REQUIRED ACTION :: Set down the lines below exactly as they stand, please. Go from the first through the one containing "#7=PRODUCT_DEFINITION_SHAPE('','',#6);".

━━ ENTRIES PROVIDED ━━

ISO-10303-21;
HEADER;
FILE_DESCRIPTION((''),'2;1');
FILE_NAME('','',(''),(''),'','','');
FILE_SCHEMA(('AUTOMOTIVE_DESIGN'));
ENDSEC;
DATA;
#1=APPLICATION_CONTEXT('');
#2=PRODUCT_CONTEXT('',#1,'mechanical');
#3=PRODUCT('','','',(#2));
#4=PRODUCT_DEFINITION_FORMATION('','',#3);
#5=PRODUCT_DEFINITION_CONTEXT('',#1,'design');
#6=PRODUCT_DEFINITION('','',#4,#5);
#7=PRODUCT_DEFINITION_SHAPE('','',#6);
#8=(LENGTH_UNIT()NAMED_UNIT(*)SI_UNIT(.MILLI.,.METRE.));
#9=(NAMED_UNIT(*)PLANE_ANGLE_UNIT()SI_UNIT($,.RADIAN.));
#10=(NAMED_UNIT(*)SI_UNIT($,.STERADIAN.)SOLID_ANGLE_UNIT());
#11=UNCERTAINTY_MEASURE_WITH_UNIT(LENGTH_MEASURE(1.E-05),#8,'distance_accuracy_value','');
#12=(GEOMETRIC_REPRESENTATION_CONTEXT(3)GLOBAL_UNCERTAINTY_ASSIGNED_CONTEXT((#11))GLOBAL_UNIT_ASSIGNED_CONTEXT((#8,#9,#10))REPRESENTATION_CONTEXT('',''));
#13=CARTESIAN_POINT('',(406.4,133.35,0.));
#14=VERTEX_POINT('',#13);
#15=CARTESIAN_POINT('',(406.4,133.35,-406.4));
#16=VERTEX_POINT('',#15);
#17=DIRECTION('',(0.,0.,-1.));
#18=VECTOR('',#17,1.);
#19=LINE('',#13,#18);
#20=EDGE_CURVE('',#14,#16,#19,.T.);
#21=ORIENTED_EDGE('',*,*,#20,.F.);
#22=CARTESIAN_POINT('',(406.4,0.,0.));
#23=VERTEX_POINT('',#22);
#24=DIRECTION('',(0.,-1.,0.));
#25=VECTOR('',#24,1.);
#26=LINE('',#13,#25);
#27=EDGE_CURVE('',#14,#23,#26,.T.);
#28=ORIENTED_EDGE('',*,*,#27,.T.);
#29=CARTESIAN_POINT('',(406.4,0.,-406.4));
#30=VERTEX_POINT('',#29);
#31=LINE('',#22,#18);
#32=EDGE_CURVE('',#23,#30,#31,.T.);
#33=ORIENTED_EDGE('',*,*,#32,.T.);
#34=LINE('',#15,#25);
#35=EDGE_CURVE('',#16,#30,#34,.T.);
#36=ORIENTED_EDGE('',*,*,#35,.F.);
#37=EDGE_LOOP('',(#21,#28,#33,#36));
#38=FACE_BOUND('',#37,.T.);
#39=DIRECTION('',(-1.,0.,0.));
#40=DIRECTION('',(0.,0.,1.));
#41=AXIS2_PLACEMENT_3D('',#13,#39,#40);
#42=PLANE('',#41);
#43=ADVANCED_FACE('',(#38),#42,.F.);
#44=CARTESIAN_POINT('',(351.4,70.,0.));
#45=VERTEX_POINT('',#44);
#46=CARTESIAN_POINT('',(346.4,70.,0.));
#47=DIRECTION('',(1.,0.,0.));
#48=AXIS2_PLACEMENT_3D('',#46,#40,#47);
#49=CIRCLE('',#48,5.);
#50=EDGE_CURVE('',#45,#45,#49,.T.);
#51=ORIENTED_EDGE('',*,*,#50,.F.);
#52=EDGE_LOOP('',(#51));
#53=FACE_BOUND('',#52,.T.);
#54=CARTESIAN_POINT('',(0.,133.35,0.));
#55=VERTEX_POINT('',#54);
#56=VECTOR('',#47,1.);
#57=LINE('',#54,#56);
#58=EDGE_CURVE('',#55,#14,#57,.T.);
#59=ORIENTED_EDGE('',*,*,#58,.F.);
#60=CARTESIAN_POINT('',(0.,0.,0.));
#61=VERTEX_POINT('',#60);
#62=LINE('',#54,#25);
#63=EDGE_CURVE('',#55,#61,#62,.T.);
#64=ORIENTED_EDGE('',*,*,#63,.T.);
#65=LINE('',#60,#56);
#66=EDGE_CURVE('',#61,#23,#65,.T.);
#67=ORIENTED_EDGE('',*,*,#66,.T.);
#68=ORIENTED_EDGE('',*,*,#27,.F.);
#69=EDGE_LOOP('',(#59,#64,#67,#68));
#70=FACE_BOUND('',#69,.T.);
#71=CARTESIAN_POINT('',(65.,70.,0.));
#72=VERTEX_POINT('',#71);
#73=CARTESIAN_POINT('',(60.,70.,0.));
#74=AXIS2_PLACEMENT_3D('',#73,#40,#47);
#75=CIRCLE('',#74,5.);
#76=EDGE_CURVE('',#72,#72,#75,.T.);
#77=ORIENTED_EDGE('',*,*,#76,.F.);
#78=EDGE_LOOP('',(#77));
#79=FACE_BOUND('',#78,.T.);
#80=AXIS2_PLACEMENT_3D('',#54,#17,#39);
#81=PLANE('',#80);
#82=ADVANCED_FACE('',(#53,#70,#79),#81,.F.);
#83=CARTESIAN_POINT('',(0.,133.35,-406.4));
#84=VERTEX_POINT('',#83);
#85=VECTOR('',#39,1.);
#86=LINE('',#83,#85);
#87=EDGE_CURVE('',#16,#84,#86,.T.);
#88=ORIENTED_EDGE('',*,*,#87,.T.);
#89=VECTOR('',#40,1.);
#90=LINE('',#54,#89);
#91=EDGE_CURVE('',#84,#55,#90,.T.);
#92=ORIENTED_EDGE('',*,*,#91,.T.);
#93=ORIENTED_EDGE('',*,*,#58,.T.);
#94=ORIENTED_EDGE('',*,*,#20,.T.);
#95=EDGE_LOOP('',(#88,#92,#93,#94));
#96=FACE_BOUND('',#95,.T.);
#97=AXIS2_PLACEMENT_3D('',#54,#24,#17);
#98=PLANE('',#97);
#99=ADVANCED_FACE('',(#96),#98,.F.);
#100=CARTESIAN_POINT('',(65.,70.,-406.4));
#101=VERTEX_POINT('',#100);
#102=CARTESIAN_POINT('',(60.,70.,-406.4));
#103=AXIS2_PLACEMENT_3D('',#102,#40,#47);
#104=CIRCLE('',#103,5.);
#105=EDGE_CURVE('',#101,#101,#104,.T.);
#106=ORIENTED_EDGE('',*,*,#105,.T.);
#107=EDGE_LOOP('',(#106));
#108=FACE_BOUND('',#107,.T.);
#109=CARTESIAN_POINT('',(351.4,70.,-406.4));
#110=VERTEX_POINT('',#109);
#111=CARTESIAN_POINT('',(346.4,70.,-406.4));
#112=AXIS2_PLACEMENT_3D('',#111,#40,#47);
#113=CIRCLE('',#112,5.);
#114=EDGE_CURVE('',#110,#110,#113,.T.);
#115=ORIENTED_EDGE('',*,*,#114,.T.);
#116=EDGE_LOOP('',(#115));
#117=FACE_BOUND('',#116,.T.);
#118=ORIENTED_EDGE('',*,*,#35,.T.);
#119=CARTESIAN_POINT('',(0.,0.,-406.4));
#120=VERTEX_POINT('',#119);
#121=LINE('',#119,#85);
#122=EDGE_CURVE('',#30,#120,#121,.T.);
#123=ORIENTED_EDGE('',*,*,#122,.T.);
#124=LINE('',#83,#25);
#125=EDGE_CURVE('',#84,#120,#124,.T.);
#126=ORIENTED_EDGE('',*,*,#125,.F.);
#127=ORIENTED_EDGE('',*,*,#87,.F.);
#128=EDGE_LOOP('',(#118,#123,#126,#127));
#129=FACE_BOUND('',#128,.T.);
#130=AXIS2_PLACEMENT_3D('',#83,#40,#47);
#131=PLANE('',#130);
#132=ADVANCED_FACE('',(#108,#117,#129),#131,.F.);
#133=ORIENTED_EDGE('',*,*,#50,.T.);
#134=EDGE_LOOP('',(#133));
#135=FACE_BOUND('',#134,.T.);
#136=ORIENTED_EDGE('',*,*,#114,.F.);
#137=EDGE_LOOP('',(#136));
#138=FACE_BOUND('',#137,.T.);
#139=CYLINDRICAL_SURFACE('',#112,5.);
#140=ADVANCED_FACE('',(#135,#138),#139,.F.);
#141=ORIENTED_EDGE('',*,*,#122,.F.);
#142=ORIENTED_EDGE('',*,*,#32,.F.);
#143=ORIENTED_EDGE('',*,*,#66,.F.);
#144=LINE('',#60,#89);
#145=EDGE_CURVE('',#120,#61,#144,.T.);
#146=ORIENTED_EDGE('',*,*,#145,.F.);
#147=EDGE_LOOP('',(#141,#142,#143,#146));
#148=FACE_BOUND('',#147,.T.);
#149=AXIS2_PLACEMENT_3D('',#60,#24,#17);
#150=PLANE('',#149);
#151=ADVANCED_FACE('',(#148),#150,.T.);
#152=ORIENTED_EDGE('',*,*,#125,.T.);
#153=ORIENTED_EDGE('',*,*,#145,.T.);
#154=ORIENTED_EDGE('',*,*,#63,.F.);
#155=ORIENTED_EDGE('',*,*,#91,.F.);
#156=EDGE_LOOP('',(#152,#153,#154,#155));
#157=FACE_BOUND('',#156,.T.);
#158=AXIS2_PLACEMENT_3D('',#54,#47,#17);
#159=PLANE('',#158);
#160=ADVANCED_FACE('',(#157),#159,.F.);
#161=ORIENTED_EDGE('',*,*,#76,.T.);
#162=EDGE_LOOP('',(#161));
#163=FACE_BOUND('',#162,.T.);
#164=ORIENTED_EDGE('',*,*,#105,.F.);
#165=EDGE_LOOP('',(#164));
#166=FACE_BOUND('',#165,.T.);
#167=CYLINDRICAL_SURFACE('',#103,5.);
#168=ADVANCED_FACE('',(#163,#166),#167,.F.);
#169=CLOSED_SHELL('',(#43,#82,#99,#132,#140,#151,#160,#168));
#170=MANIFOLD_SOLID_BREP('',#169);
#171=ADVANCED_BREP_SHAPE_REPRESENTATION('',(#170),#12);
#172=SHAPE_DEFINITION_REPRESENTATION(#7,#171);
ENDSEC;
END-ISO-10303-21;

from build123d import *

# Parameters (mm, degrees)
SKETCH1_W           = 406.4
SKETCH1_H           = 406.4
BOSS_EXTRUDE1_DEPTH = 133.35
SKETCH2_R           = 5
CUT_EXTRUDE1_DEPTH  = 407.4


with BuildPart() as part:
    # Sketch1 → Boss-Extrude1 (new body)
    with BuildSketch(Plane(origin=(0, 0, 0), x_dir=(1, 0, 0), z_dir=(0, 1, 0))):
        with Locations((203.2, 203.2)):
            Rectangle(SKETCH1_W, SKETCH1_H)
    extrude(amount=BOSS_EXTRUDE1_DEPTH)

    # Sketch2 → Cut-Extrude1 (cut, through all)
    with BuildSketch(Plane.XY):
        with Locations((60, 70)):
            Circle(SKETCH2_R)
        with Locations((346.4, 70)):
            Circle(SKETCH2_R)
    extrude(amount=-CUT_EXTRUDE1_DEPTH, mode=Mode.SUBTRACT)


solid = part.part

━━━

EXERCISE OUTPUT ::
ISO-10303-21;
HEADER;
FILE_DESCRIPTION((''),'2;1');
FILE_NAME('','',(''),(''),'','','');
FILE_SCHEMA(('AUTOMOTIVE_DESIGN'));
ENDSEC;
DATA;
#1=APPLICATION_CONTEXT('');
#2=PRODUCT_CONTEXT('',#1,'mechanical');
#3=PRODUCT('','','',(#2));
#4=PRODUCT_DEFINITION_FORMATION('','',#3);
#5=PRODUCT_DEFINITION_CONTEXT('',#1,'design');
#6=PRODUCT_DEFINITION('','',#4,#5);
#7=PRODUCT_DEFINITION_SHAPE('','',#6);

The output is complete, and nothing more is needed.